Early markers of response

A number of studies have shown that the dynamic monitoring of ctDNA load can provide insights into the detection of treatment response (19,40). Shorter PFS and OS can be associated with early ctDNA detection independent of confounding factors including age, stage, and histological subtype (41,42). We have employed an ultrasensitive liquid biopsy approach (TEC-SEQ) to serially evaluate patients with advanced NSCLC who have received tyrosine kinase inhibitors including erlotinib, afatinib, osimertinib, and mavelertinib (PF-06747775). Analyses of 28 patients revealed molecular responders had a near complete elimination of ctDNA (>98%) on therapy.
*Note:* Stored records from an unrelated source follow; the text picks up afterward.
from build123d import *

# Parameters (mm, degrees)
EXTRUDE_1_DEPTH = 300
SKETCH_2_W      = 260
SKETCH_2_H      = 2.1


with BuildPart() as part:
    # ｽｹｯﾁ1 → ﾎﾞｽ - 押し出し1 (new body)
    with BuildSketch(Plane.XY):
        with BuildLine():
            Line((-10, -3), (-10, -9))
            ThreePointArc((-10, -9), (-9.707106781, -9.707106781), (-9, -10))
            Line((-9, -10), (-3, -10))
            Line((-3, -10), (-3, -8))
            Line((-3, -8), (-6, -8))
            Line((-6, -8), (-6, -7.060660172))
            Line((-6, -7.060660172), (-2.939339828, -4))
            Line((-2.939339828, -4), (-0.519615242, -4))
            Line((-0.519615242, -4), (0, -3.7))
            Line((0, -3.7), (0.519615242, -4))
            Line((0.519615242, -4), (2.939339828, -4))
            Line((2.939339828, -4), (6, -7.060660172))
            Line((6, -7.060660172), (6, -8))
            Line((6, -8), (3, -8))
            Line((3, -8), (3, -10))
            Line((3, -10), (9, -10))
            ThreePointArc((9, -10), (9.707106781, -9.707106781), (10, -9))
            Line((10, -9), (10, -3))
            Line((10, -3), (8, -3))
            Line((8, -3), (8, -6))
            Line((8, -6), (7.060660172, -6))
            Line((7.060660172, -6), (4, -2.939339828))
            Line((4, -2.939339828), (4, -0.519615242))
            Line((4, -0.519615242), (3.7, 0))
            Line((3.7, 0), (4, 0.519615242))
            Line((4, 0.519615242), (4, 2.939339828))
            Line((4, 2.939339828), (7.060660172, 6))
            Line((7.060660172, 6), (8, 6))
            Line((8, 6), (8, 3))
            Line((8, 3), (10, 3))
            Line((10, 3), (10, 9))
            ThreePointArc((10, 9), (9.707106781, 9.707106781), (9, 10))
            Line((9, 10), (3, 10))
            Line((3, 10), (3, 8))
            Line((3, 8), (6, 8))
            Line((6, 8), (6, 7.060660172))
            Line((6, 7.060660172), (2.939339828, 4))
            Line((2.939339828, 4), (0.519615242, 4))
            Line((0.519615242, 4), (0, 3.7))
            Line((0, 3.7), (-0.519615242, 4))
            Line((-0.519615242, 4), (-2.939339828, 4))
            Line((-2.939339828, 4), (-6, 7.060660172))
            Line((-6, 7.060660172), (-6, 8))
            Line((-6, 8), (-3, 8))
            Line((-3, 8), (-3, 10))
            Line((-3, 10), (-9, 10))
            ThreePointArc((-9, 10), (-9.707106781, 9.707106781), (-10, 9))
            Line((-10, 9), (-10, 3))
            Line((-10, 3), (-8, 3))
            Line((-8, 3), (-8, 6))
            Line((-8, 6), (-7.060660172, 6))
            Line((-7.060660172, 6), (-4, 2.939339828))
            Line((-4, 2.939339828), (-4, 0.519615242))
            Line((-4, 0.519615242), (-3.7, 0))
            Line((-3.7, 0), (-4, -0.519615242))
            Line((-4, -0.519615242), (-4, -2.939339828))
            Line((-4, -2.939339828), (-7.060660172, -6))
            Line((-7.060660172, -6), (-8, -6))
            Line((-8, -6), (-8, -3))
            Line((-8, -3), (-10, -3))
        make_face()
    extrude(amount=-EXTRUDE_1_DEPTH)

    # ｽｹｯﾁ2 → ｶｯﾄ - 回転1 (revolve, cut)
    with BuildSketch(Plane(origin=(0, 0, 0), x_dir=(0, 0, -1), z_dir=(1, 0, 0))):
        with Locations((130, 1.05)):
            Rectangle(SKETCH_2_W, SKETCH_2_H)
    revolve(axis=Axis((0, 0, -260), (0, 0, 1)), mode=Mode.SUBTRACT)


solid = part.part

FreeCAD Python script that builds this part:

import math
import FreeCAD as App
import Part
import Sketcher
from FreeCAD import Vector
Q = App.Units.Quantity

doc = App.newDocument("Part")
body = doc.addObject("PartDesign::Body", "Body")

# Sketch on XY plane
sketch1 = body.newObject("Sketcher::SketchObject", "Sketch")
sketch1.AttachmentSupport = (doc.getObject("XY_Plane"), [""])
sketch1.MapMode = "FlatFace"
sketch1.addGeometry([
    Part.LineSegment(Vector(-10, -3, 0), Vector(-10, -9, 0)),  # 0
    Part.ArcOfCircle(Part.Circle(Vector(-9, -9, 0), Vector(0, 0, 1), 1), math.radians(-180), math.radians(-90)),  # 1
    Part.LineSegment(Vector(-9, -10, 0), Vector(-3, -10, 0)),  # 2
    Part.LineSegment(Vector(-3, -10, 0), Vector(-3, -8, 0)),  # 3
    Part.LineSegment(Vector(-3, -8, 0), Vector(-6, -8, 0)),  # 4
    Part.LineSegment(Vector(-6, -8, 0), Vector(-6, -7.1, 0)),  # 5
    Part.LineSegment(Vector(-6, -7.1, 0), Vector(-2.9, -4, 0)),  # 6
    Part.LineSegment(Vector(-2.9, -4, 0), Vector(-0.5, -4, 0)),  # 7
    Part.LineSegment(Vector(-0.5, -4, 0), Vector(0, -3.7, 0)),  # 8
    Part.LineSegment(Vector(0, -3.7, 0), Vector(0.5, -4, 0)),  # 9
    Part.LineSegment(Vector(0.5, -4, 0), Vector(2.9, -4, 0)),  # 10
    Part.LineSegment(Vector(2.9, -4, 0), Vector(6, -7.1, 0)),  # 11
    Part.LineSegment(Vector(6, -7.1, 0), Vector(6, -8, 0)),  # 12
    Part.LineSegment(Vector(6, -8, 0), Vector(3, -8, 0)),  # 13
    Part.LineSegment(Vector(3, -8, 0), Vector(3, -10, 0)),  # 14
    Part.LineSegment(Vector(3, -10, 0), Vector(9, -10, 0)),  # 15
    Part.ArcOfCircle(Part.Circle(Vector(9, -9, 0), Vector(0, 0, 1), 1), math.radians(-90), math.radians(0)),  # 16
    Part.LineSegment(Vector(10, -9, 0), Vector(10, -3, 0)),  # 17
    Part.LineSegment(Vector(10, -3, 0), Vector(8, -3, 0)),  # 18
    Part.LineSegment(Vector(8, -3, 0), Vector(8, -6, 0)),  # 19
    Part.LineSegment(Vector(8, -6, 0), Vector(7.1, -6, 0)),  # 20
    Part.LineSegment(Vector(7.1, -6, 0), Vector(4, -2.9, 0)),  # 21
    Part.LineSegment(Vector(4, -2.9, 0), Vector(4, -0.5, 0)),  # 22
    Part.LineSegment(Vector(4, -0.5, 0), Vector(3.7, 0, 0)),  # 23
    Part.LineSegment(Vector(3.7, 0, 0), Vector(4, 0.5, 0)),  # 24
    Part.LineSegment(Vector(4, 0.5, 0), Vector(4, 2.9, 0)),  # 25
    Part.LineSegment(Vector(4, 2.9, 0), Vector(7.1, 6, 0)),  # 26
    Part.LineSegment(Vector(7.1, 6, 0), Vector(8, 6, 0)),  # 27
    Part.LineSegment(Vector(8, 6, 0), Vector(8, 3, 0)),  # 28
    Part.LineSegment(Vector(8, 3, 0), Vector(10, 3, 0)),  # 29
    Part.LineSegment(Vector(10, 3, 0), Vector(10, 9, 0)),  # 30
    Part.ArcOfCircle(Part.Circle(Vector(9, 9, 0), Vector(0, 0, 1), 1), math.radians(0), math.radians(90)),  # 31
    Part.LineSegment(Vector(9, 10, 0), Vector(3, 10, 0)),  # 32
    Part.LineSegment(Vector(3, 10, 0), Vector(3, 8, 0)),  # 33
    Part.LineSegment(Vector(3, 8, 0), Vector(6, 8, 0)),  # 34
    Part.LineSegment(Vector(6, 8, 0), Vector(6, 7.1, 0)),  # 35
    Part.LineSegment(Vector(6, 7.1, 0), Vector(2.9, 4, 0)),  # 36
    Part.LineSegment(Vector(2.9, 4, 0), Vector(0.5, 4, 0)),  # 37
    Part.LineSegment(Vector(0.5, 4, 0), Vector(0, 3.7, 0)),  # 38
    Part.LineSegment(Vector(0, 3.7, 0), Vector(-0.5, 4, 0)),  # 39
    Part.LineSegment(Vector(-0.5, 4, 0), Vector(-2.9, 4, 0)),  # 40
    Part.LineSegment(Vector(-2.9, 4, 0), Vector(-6, 7.1, 0)),  # 41
    Part.LineSegment(Vector(-6, 7.1, 0), Vector(-6, 8, 0)),  # 42
    Part.LineSegment(Vector(-6, 8, 0), Vector(-3, 8, 0)),  # 43
    Part.LineSegment(Vector(-3, 8, 0), Vector(-3, 10, 0)),  # 44
    Part.LineSegment(Vector(-3, 10, 0), Vector(-9, 10, 0)),  # 45
    Part.ArcOfCircle(Part.Circle(Vector(-9, 9, 0), Vector(0, 0, 1), 1), math.radians(90), math.radians(180)),  # 46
Molecular non-responders with limited or no reduction of ctDNA levels experienced a statistically shorter PFS (1.6 vs. 13.7 mos, P<0.0001) detected approximately 4 weeks sooner than detection on CT imaging (22).

Circulating tumor DNA has been detected in urine, and drug induced apoptosis has been modeled within days of TKI treatment in patients with detectable EGFR mutations. In a proof of concept study, we identified an initial spike within the first week of therapy followed by a significant decrease in the number of copies detected from baseline within a week. This work demonstrates that frequent ctDNA sampling may enable early evaluation of patient response or progression (43).
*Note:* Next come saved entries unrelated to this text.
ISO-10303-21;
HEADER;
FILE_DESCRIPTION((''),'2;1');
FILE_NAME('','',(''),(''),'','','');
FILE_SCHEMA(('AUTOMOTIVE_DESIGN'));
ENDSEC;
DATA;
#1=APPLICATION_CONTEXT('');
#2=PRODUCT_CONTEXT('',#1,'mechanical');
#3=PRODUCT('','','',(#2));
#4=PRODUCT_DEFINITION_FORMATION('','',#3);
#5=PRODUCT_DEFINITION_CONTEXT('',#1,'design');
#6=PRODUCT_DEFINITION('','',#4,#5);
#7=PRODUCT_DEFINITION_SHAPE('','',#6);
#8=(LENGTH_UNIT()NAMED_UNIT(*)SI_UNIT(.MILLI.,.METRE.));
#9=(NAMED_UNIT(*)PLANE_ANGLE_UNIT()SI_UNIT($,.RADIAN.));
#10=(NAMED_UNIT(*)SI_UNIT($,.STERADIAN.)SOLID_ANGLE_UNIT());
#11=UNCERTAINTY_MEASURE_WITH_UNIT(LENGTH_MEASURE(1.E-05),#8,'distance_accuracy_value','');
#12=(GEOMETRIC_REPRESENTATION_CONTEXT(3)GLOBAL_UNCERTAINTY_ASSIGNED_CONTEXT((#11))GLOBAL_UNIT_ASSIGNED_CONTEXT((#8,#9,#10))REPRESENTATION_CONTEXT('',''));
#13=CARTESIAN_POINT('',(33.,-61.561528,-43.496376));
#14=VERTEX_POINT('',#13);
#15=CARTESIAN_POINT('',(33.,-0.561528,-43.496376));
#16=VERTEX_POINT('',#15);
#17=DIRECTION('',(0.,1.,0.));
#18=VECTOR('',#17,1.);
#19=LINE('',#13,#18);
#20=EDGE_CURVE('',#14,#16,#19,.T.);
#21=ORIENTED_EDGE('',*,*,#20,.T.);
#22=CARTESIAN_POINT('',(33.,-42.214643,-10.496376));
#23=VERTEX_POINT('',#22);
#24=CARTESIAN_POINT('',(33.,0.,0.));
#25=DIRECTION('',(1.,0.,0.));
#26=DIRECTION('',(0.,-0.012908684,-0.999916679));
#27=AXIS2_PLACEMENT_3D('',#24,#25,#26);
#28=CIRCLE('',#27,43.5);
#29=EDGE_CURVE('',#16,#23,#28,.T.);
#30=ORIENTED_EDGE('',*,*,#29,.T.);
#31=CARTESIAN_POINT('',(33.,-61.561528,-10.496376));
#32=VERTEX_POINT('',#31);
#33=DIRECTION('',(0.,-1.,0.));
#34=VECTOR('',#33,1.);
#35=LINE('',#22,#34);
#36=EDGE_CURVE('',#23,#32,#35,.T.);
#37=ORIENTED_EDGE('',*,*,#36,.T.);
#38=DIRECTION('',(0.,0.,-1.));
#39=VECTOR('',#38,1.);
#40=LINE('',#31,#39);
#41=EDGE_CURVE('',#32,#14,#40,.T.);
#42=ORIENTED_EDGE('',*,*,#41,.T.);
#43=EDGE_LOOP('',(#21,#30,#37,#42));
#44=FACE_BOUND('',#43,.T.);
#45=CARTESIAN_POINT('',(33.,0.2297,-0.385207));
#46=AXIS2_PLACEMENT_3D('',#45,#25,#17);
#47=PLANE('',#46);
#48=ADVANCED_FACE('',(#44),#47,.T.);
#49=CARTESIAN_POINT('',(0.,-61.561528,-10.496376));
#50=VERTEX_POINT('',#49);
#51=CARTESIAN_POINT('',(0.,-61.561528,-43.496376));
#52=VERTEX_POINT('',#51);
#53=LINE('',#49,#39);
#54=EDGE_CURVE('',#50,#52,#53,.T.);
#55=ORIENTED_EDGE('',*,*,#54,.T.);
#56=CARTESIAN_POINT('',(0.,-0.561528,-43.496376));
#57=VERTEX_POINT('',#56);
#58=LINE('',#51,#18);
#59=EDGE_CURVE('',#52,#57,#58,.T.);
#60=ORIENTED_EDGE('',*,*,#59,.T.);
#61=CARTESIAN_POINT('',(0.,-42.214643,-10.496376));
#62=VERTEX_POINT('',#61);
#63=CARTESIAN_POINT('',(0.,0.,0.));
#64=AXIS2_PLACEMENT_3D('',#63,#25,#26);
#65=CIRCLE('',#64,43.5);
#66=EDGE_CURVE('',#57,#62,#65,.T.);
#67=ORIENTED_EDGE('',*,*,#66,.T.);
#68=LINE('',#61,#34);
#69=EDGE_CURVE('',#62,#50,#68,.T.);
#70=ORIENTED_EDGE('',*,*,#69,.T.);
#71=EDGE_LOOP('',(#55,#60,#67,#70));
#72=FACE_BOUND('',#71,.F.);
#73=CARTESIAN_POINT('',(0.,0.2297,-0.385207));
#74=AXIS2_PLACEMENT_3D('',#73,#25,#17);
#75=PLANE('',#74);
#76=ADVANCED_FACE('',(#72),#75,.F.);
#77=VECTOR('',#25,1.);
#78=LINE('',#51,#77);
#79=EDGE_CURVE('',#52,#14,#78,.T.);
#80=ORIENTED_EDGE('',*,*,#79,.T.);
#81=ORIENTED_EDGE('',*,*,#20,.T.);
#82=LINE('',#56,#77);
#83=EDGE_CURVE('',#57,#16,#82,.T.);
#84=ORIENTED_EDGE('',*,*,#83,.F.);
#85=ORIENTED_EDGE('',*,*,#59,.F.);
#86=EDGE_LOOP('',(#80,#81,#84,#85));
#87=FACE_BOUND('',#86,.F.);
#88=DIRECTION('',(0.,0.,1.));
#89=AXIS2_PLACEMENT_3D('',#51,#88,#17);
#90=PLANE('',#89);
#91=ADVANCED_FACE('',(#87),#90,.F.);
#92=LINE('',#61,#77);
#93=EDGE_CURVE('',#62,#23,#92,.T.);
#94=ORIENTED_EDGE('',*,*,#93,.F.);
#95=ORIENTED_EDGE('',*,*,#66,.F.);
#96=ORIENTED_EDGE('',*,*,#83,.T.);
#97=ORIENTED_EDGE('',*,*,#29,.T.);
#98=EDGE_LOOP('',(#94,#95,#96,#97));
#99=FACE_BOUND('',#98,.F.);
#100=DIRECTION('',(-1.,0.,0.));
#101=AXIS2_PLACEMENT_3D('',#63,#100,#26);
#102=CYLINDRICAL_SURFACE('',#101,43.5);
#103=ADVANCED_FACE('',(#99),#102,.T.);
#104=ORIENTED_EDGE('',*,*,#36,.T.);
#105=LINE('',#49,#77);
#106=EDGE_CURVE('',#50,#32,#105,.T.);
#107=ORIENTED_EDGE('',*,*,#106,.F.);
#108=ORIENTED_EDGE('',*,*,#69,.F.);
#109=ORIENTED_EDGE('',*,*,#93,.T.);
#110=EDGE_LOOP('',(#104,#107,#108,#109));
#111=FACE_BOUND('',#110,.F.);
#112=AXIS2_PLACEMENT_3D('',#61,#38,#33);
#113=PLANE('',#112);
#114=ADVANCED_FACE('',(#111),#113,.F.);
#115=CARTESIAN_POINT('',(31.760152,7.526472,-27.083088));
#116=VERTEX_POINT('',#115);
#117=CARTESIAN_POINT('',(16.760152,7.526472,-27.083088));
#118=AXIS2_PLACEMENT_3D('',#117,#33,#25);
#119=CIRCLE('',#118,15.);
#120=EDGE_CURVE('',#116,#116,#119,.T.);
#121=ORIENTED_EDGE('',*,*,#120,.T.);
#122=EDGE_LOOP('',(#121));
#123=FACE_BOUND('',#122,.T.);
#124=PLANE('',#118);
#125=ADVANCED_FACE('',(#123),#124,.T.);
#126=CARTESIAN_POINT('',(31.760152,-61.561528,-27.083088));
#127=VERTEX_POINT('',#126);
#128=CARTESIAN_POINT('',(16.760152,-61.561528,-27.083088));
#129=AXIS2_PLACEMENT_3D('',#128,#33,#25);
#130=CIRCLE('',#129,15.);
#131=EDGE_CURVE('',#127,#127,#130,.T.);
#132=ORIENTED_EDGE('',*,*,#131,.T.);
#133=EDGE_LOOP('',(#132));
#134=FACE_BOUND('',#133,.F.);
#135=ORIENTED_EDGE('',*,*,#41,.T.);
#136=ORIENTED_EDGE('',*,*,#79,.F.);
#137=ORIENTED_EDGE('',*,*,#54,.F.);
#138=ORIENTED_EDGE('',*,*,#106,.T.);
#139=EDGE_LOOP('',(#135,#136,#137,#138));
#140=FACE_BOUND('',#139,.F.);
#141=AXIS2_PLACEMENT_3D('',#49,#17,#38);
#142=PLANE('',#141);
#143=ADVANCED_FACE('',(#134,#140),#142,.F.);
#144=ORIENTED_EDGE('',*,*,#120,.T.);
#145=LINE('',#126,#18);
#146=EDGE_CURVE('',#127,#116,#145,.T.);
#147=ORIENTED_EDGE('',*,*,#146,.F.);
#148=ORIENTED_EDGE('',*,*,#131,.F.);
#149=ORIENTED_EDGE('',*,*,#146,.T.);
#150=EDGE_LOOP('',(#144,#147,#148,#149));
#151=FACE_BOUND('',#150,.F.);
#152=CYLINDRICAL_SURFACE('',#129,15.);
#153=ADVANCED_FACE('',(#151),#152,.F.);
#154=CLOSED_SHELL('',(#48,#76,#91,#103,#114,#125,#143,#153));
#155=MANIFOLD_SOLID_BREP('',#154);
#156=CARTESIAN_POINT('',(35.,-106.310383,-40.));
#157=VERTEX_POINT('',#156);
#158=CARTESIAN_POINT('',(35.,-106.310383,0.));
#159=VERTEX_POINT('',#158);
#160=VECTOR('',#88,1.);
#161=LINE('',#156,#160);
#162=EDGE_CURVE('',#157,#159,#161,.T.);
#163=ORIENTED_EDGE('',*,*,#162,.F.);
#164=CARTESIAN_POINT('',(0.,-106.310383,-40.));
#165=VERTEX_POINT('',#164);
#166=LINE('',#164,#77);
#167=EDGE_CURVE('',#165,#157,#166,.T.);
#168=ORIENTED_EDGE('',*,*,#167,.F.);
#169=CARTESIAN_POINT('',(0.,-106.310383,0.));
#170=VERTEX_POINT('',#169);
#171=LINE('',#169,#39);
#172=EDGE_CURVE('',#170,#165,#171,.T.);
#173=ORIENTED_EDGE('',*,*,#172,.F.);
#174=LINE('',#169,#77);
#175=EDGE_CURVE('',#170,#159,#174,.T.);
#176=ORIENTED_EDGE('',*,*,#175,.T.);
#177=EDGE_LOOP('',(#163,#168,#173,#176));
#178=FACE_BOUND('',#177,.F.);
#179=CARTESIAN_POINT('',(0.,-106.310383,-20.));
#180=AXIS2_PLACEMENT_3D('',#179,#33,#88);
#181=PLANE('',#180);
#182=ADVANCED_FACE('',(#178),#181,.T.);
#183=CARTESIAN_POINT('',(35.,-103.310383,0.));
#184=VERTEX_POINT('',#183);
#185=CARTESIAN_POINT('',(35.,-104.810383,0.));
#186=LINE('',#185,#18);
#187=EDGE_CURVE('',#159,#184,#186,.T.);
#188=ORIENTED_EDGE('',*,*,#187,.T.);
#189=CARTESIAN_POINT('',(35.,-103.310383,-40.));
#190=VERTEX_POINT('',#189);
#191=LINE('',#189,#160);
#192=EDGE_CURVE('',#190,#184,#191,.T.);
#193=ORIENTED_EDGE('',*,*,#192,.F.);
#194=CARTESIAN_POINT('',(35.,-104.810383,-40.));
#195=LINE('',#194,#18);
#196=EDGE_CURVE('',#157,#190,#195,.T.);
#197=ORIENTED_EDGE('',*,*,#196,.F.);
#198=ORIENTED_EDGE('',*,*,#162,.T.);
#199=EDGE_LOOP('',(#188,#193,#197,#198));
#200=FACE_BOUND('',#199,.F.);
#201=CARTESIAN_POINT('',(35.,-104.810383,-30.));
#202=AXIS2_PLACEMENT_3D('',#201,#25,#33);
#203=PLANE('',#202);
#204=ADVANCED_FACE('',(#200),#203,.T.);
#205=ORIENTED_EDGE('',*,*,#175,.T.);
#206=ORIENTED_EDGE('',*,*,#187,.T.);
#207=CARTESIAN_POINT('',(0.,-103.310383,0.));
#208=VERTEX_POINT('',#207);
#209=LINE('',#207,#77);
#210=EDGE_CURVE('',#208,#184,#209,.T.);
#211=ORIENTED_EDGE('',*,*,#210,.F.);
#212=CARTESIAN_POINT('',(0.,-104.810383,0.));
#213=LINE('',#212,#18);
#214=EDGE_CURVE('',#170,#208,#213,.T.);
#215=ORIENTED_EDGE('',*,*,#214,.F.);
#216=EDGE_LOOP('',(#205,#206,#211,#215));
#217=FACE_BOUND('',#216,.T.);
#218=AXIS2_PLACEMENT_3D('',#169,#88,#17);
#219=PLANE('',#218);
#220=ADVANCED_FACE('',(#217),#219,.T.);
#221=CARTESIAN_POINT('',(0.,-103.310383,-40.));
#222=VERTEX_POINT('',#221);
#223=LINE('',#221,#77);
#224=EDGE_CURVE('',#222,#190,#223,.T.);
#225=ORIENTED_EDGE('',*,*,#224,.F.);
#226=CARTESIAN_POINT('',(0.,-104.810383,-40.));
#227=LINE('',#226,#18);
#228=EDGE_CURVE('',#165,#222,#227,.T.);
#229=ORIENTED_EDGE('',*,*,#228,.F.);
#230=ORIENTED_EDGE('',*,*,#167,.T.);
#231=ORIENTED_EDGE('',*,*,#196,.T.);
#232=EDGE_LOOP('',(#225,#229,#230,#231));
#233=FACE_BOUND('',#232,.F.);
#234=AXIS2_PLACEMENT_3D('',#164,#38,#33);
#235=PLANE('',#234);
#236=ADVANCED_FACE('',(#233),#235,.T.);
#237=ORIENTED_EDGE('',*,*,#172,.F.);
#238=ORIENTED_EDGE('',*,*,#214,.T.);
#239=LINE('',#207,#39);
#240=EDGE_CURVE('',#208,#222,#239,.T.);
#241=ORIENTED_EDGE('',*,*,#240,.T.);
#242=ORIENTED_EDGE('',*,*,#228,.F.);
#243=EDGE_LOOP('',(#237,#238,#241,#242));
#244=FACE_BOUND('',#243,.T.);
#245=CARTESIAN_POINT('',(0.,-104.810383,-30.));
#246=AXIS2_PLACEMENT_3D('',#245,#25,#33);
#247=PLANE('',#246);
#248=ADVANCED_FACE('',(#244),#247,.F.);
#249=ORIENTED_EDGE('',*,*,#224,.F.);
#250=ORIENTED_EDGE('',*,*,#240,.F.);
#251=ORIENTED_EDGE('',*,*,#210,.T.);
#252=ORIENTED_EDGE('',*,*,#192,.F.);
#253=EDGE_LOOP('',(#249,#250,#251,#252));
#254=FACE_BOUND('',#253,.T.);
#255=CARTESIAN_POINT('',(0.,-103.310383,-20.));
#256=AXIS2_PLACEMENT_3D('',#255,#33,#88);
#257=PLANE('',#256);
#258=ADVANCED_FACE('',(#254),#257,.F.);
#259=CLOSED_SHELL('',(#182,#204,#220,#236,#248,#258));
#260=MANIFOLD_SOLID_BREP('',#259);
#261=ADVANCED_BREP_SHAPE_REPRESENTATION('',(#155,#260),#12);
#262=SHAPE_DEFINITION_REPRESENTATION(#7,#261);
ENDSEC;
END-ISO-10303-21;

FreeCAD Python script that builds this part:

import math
import FreeCAD as App
import Part
import Sketcher
from FreeCAD import Vector
Q = App.Units.Quantity

doc = App.newDocument("Part")
body = doc.addObject("PartDesign::Body", "Body")

sketch1 = body.newObject("Sketcher::SketchObject", "Sketch")
sketch1.AttachmentSupport = (doc.getObject("YZ_Plane"), [""])
sketch1.MapMode = "FlatFace"
sketch1.addGeometry([
    Part.ArcOfCircle(Part.Circle(Vector(0, 0, 0), Vector(0, 0, 1), 44), math.radians(-91), math.radians(194)),
    Part.LineSegment(Vector(-42, -10, 0), Vector(-62, -10, 0)),
    Part.LineSegment(Vector(-62, -10, 0), Vector(-62, -43, 0)),
    Part.LineSegment(Vector(-62, -43, 0), Vector(-1, -43, 0)),
], False)
sketch1.addConstraint([
    Sketcher.Constraint("Coincident", 0, 2, 1, 1),
    Sketcher.Constraint("Coincident", 1, 2, 2, 1),
    Sketcher.Constraint("Coincident", 2, 2, 3, 1),
    Sketcher.Constraint("Coincident", 3, 2, 0, 1),
    Sketcher.Constraint("Horizontal", 1),
    Sketcher.Constraint("Vertical", 2),
    Sketcher.Constraint("Horizontal", 3),
    Sketcher.Constraint("Coincident", 0, 3, -1, 1),
    Sketcher.Constraint("Radius", 0, Q("43.5 mm")),
    Sketcher.Constraint("DistanceX", 3, 1, 3, 2, Q("61 mm")),
    Sketcher.Constraint("DistanceY", 2, 2, 2, 1, Q("33 mm")),
    Sketcher.Constraint("DistanceX", 1, 2, 1, 1, Q("19.346885 mm")),
])
pad1 = body.newObject("PartDesign::Pad", "Pad")
pad1.Profile = sketch1
pad1.Length = 33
In a separate study, changes in EGFR mutation have been shown to correlate with early clinical response prediction to EGFR TKIs. EGFR-mutated tumors with ctDNA testing at baseline and serially during erlotinib therapy showed a decrease in 95% of cases. The rate of the decrease in ctDNA fraction correlated with radiological response (P<0.0001). The patients with rapid decrease in ctDNA fraction (>50–70%) had longer progression free survival (44).

Recent data from the FLAURA first line osimertinib study of 489 patients showed that the clearance of ctDNA at weeks 3 or 6 was associated with a longer PFS than those patients in whom there was no clearance of ctDNA. Plasma ctDNA analysis of treatment naïve patients with stage III/IV NSCLC were evaluated by ddPCR. EGFR mutation analysis was done at baseline, week 3, and week 6 after EGFR-TKI therapy. Early clearance of plasma EGFR mutation after EGFR-TKI therapy was associated with improved PFS. Patients with detectable baseline plasma ctDNA had shorter PFS than those without detectable EGFR mutation (45). The integration of ctDNA analyses in clinical trials to understand their correlation with clinical outcomes is an ongoing path forward.

Conclusions

There has been a pressing need for a highly sensitive and reliable non-invasive liquid biopsy strategy for screening and resistance monitoring. EGFR testing and tracking through serial ctDNA plasma analyses is being utilized for initial genotyping and resistance monitoring. Plasma assays are being increasingly utilized when tissue is not available. These tests may have high sensitivities and specificities, and several studies are ongoing demonstrating concordance with tissue testing. There has been integration of ctDNA analyses in clinical trials as endpoints to track with response. The development of additional assays will further improve our knowledge of drug resistance, clonal evolution, and combinatorial therapeutic strategies forward.